[Exercise details]
If a line includes the word "Circle", it belongs in the count; state the total for the data below and add nothing.

※

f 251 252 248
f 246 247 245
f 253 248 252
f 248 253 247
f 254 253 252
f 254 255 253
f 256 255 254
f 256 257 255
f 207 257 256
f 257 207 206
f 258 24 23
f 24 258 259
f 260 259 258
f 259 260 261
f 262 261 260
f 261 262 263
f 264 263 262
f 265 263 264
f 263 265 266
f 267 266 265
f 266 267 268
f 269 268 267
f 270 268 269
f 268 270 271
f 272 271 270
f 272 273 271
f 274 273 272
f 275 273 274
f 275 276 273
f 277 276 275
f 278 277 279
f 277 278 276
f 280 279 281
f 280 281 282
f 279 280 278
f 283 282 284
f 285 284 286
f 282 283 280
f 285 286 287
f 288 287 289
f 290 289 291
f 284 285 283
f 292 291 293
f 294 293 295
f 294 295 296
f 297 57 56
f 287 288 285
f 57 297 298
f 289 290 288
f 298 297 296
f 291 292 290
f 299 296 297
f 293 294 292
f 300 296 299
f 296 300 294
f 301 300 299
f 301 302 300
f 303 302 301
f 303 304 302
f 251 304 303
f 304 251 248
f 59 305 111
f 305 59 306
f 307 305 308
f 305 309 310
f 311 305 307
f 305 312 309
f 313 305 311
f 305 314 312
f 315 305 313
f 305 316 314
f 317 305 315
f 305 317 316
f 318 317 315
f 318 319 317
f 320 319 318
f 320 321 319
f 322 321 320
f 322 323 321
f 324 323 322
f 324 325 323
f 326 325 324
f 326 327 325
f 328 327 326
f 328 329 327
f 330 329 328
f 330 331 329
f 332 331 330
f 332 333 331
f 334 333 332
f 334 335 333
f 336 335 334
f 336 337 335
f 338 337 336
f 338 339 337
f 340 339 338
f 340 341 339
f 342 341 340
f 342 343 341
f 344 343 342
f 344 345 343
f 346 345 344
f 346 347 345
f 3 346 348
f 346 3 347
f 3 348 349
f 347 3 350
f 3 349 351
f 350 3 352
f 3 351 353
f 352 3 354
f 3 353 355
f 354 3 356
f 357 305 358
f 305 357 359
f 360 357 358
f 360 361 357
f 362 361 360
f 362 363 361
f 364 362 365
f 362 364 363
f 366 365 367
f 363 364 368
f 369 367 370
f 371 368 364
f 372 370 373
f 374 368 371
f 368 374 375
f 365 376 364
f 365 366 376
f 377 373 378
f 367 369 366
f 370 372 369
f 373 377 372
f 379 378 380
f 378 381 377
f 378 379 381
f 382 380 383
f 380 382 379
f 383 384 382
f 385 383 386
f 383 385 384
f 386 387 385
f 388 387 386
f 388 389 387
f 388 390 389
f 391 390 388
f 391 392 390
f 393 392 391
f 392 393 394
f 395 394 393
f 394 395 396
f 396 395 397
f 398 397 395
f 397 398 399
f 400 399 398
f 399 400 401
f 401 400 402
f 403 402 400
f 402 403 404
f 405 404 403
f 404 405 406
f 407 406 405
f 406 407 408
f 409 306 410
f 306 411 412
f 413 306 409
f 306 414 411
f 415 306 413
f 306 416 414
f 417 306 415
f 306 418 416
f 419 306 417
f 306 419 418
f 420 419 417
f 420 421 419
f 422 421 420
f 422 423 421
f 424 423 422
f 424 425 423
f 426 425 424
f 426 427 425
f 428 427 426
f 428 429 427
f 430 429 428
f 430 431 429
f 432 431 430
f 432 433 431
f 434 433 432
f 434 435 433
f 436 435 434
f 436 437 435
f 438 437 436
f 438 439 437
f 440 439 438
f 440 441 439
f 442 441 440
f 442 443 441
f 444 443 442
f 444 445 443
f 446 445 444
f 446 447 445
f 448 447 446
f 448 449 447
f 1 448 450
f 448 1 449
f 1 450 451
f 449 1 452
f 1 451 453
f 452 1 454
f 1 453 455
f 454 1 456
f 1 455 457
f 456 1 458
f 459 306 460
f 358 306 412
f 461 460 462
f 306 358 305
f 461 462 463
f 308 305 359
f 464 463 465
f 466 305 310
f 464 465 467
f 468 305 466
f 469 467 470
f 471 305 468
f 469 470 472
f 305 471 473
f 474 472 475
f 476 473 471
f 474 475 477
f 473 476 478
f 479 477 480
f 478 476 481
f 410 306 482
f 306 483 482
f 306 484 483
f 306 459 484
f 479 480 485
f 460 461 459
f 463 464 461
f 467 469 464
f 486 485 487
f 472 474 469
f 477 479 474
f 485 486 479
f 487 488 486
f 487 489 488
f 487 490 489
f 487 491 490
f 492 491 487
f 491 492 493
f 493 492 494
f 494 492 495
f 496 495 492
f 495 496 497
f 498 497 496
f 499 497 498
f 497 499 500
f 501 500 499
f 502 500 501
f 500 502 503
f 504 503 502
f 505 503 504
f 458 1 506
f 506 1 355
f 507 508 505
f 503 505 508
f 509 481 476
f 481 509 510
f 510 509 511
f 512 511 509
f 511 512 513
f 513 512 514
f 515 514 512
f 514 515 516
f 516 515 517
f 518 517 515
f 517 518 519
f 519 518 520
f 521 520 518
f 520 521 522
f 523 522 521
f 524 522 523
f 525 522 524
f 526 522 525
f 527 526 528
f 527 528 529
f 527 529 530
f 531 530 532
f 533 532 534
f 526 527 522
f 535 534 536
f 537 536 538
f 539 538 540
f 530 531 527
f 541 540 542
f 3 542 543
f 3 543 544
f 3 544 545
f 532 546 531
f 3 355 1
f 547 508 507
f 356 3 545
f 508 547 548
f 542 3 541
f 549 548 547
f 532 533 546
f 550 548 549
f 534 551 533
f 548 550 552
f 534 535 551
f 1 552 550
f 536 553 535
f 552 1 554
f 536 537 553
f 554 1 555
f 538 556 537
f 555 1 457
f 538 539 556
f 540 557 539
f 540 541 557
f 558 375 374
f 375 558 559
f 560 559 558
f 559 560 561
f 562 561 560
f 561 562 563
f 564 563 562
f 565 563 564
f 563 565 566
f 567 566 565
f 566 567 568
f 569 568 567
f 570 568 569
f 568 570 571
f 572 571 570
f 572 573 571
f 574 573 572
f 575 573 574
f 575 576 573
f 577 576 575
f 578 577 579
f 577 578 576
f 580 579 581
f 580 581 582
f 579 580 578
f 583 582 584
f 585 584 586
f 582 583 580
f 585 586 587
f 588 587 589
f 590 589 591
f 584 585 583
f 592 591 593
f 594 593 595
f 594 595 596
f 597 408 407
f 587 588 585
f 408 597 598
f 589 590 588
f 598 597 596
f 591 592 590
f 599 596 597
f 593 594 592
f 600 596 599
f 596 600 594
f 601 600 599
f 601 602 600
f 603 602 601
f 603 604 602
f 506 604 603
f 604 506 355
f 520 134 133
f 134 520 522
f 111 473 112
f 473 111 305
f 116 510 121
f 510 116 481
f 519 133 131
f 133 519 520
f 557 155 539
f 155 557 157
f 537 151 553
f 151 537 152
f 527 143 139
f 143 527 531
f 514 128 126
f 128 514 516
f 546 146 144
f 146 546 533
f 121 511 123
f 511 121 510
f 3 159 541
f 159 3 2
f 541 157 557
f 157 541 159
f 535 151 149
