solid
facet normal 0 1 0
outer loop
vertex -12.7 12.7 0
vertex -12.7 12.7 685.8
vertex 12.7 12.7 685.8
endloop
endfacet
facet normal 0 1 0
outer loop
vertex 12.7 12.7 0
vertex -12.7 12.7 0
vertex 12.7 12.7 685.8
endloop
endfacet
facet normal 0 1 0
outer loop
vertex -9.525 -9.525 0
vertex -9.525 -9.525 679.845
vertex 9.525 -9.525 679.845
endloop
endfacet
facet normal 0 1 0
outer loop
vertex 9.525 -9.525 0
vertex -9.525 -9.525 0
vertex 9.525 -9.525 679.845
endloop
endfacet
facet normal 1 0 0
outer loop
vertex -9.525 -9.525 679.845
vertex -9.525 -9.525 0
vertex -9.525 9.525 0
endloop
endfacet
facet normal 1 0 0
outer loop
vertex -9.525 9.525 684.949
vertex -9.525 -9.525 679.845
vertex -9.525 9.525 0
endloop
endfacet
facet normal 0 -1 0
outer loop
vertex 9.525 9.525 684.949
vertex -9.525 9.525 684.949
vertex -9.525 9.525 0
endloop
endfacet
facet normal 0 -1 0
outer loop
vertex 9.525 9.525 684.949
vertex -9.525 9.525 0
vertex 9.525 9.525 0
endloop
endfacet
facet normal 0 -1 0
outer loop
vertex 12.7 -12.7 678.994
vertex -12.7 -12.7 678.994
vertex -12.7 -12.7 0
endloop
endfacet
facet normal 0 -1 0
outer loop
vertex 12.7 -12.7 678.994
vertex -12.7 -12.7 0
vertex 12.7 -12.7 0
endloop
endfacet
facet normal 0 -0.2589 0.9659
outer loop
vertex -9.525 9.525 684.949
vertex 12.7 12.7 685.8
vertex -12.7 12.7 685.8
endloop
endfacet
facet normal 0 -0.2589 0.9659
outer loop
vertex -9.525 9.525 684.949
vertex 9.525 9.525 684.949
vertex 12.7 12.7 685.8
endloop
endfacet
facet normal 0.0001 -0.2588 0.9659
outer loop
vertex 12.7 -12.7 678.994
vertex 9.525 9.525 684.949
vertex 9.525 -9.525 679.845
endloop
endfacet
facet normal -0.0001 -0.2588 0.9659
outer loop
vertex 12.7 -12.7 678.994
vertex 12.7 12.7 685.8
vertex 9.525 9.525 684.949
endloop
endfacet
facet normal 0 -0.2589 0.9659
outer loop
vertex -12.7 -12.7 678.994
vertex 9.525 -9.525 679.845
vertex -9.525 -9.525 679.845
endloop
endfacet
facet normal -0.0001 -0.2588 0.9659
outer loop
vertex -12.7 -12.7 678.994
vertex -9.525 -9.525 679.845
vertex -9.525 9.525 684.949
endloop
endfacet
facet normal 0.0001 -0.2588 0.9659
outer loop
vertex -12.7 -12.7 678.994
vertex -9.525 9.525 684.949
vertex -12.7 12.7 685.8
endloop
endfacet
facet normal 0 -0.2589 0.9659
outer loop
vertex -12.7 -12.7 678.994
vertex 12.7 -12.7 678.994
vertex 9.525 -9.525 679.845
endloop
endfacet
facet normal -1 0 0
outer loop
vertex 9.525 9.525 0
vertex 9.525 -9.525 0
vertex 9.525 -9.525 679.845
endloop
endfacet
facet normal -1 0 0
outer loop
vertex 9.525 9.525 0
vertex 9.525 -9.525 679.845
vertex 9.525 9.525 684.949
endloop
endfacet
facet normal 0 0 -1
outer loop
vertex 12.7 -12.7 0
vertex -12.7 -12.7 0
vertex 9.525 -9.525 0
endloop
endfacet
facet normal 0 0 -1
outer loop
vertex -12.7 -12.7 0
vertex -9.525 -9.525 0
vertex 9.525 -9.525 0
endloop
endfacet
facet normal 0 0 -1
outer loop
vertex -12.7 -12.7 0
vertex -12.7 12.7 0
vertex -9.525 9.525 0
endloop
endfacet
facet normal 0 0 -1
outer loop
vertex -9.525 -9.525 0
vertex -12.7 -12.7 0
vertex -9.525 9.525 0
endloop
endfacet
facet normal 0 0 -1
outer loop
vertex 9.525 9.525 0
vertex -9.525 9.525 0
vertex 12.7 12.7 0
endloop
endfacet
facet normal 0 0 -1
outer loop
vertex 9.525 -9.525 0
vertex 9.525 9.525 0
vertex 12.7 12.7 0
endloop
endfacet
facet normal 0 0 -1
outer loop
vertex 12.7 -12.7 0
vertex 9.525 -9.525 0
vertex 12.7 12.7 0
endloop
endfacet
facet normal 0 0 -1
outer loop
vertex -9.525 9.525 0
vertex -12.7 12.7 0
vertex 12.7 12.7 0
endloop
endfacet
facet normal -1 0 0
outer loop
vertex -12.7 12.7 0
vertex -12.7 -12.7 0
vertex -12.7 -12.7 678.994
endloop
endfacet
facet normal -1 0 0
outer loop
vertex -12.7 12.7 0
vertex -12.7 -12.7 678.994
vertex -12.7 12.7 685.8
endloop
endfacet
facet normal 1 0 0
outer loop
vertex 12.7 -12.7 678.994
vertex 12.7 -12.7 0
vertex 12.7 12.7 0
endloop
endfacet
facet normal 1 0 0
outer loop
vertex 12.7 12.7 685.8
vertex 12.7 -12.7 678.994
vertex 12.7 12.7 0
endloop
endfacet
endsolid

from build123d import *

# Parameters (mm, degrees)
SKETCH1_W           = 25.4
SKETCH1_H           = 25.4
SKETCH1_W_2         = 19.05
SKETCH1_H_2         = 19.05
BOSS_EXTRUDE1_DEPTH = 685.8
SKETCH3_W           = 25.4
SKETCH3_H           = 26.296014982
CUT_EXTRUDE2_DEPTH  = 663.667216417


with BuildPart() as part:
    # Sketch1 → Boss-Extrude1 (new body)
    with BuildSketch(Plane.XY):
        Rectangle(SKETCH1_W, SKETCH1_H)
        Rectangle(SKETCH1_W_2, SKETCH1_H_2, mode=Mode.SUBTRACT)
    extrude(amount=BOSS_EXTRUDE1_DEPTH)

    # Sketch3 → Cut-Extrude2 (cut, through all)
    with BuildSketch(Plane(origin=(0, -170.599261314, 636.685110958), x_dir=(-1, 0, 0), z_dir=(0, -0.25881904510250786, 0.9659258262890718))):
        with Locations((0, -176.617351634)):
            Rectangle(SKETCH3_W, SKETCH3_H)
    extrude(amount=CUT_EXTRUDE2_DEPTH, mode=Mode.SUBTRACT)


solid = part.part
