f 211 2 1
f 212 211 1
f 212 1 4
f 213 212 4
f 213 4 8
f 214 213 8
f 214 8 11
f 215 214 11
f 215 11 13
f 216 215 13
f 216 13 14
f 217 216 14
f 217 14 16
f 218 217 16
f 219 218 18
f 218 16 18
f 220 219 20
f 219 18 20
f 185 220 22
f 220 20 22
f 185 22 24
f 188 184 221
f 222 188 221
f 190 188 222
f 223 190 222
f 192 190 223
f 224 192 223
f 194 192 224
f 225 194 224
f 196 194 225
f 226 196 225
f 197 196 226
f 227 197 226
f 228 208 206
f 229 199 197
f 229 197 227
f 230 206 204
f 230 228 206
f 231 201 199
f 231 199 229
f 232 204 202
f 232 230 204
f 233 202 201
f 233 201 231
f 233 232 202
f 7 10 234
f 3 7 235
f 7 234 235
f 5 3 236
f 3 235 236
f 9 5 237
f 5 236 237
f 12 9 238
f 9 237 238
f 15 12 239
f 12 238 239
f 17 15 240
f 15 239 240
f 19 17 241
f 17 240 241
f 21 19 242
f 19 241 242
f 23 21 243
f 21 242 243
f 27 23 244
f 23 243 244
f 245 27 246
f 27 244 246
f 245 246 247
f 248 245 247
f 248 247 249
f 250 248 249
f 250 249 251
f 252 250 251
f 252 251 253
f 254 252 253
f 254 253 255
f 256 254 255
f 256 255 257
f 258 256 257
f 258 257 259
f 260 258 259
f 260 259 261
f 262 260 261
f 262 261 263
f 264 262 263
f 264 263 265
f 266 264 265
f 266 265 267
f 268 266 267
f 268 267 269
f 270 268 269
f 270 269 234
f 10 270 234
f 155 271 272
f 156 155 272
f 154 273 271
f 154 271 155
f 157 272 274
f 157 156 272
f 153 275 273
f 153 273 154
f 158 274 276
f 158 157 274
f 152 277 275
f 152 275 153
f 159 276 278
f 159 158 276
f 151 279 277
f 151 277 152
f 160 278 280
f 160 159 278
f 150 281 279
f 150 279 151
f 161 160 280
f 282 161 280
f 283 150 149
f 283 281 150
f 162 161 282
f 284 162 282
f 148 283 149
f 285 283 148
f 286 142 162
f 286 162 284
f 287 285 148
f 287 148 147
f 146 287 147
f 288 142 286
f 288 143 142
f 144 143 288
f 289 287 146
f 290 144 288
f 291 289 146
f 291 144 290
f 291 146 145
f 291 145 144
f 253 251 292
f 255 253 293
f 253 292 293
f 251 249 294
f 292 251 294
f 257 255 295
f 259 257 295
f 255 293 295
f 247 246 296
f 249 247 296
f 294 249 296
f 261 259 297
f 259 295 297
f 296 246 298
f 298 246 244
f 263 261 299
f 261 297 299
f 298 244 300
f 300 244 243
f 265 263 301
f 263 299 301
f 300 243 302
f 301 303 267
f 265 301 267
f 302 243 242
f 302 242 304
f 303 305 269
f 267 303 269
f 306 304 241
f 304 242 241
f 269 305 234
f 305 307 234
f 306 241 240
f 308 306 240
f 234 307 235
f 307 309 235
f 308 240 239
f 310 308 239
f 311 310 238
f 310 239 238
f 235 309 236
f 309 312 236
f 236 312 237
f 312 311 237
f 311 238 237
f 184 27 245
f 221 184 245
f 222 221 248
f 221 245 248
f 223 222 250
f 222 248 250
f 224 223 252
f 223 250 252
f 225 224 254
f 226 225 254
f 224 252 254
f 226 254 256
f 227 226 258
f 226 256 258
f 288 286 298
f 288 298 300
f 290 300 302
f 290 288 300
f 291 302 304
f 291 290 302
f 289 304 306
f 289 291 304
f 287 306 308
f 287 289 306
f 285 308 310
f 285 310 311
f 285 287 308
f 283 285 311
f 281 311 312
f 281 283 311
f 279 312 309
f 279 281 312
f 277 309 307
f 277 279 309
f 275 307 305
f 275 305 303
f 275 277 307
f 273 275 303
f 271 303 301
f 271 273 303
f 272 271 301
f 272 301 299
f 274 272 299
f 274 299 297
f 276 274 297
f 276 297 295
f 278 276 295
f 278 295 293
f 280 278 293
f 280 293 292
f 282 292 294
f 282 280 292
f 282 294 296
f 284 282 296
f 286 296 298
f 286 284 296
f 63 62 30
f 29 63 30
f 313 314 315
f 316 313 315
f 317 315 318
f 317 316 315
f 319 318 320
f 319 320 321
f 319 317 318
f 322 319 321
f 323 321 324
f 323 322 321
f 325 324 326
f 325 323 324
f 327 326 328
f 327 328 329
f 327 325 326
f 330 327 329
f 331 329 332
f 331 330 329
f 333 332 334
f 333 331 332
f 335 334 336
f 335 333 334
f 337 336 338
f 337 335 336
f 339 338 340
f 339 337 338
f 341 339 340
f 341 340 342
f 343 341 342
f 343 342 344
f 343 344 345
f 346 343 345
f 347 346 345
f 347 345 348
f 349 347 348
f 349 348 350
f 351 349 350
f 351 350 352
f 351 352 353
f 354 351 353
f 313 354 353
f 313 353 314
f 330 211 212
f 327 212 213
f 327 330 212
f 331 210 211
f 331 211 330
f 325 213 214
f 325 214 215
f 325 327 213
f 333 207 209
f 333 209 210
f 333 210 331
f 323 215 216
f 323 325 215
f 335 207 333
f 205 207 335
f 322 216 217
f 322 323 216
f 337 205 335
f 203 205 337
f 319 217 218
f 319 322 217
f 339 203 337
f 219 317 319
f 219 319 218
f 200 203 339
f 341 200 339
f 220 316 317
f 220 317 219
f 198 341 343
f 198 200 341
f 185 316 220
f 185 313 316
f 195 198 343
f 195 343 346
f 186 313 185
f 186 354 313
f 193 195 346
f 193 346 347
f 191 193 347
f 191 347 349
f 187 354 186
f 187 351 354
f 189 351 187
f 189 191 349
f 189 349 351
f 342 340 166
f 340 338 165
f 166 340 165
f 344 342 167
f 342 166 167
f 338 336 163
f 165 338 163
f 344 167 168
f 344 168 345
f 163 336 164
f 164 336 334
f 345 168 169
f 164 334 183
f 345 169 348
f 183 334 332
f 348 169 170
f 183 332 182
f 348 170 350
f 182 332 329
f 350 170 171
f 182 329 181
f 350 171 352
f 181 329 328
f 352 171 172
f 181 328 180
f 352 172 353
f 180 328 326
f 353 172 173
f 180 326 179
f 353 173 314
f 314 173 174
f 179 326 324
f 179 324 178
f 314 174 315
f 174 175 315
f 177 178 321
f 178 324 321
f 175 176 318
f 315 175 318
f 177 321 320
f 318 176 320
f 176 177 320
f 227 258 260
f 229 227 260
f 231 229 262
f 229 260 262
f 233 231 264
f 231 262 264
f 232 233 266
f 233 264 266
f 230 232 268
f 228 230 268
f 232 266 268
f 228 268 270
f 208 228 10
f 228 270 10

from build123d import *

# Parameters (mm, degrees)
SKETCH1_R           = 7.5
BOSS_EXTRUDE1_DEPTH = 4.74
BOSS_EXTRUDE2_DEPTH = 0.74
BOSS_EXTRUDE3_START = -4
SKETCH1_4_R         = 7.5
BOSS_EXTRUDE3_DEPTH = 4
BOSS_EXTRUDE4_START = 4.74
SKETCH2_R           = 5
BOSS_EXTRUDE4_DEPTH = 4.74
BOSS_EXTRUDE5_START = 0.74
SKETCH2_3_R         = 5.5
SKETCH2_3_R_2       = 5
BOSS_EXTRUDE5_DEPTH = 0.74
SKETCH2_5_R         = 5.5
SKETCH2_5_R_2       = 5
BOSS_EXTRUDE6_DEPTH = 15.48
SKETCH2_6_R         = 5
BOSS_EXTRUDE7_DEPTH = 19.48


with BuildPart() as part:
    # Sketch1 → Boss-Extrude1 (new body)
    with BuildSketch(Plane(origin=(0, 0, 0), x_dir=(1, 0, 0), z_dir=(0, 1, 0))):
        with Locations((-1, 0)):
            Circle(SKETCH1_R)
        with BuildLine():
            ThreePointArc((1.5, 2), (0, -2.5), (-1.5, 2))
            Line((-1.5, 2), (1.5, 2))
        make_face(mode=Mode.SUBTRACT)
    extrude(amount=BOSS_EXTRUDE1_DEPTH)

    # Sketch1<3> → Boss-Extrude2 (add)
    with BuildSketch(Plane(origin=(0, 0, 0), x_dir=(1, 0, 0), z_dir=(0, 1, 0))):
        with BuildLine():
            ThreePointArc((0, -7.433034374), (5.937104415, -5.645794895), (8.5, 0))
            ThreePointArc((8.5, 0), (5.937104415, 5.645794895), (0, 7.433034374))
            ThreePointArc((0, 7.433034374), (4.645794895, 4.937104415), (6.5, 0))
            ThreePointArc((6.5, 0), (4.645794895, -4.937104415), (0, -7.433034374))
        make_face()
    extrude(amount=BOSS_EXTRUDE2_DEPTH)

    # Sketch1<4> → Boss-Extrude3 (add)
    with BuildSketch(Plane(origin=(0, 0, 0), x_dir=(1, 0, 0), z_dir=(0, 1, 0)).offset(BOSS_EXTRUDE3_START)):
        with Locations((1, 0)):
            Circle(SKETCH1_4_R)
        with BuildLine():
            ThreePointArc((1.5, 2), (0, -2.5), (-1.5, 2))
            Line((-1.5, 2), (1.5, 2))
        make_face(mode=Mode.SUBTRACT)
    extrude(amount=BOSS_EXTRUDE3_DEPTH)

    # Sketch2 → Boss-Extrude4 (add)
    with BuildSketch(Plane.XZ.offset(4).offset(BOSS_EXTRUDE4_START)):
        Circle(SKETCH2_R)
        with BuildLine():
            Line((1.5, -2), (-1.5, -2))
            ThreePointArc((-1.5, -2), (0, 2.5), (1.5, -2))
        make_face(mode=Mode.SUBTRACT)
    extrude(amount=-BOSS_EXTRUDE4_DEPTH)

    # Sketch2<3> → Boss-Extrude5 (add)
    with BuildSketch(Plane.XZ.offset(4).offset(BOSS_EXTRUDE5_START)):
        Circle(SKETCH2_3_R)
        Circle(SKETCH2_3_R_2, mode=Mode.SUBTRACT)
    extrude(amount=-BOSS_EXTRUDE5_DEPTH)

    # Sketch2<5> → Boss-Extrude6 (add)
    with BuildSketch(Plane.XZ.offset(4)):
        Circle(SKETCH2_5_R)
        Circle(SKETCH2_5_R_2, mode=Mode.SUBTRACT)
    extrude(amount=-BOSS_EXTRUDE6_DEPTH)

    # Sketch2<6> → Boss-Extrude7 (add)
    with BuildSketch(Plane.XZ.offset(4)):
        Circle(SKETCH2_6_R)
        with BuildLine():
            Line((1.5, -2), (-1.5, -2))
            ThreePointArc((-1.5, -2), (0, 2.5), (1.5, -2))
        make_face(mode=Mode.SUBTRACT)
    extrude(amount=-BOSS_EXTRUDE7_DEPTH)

※

[Exercise output]
8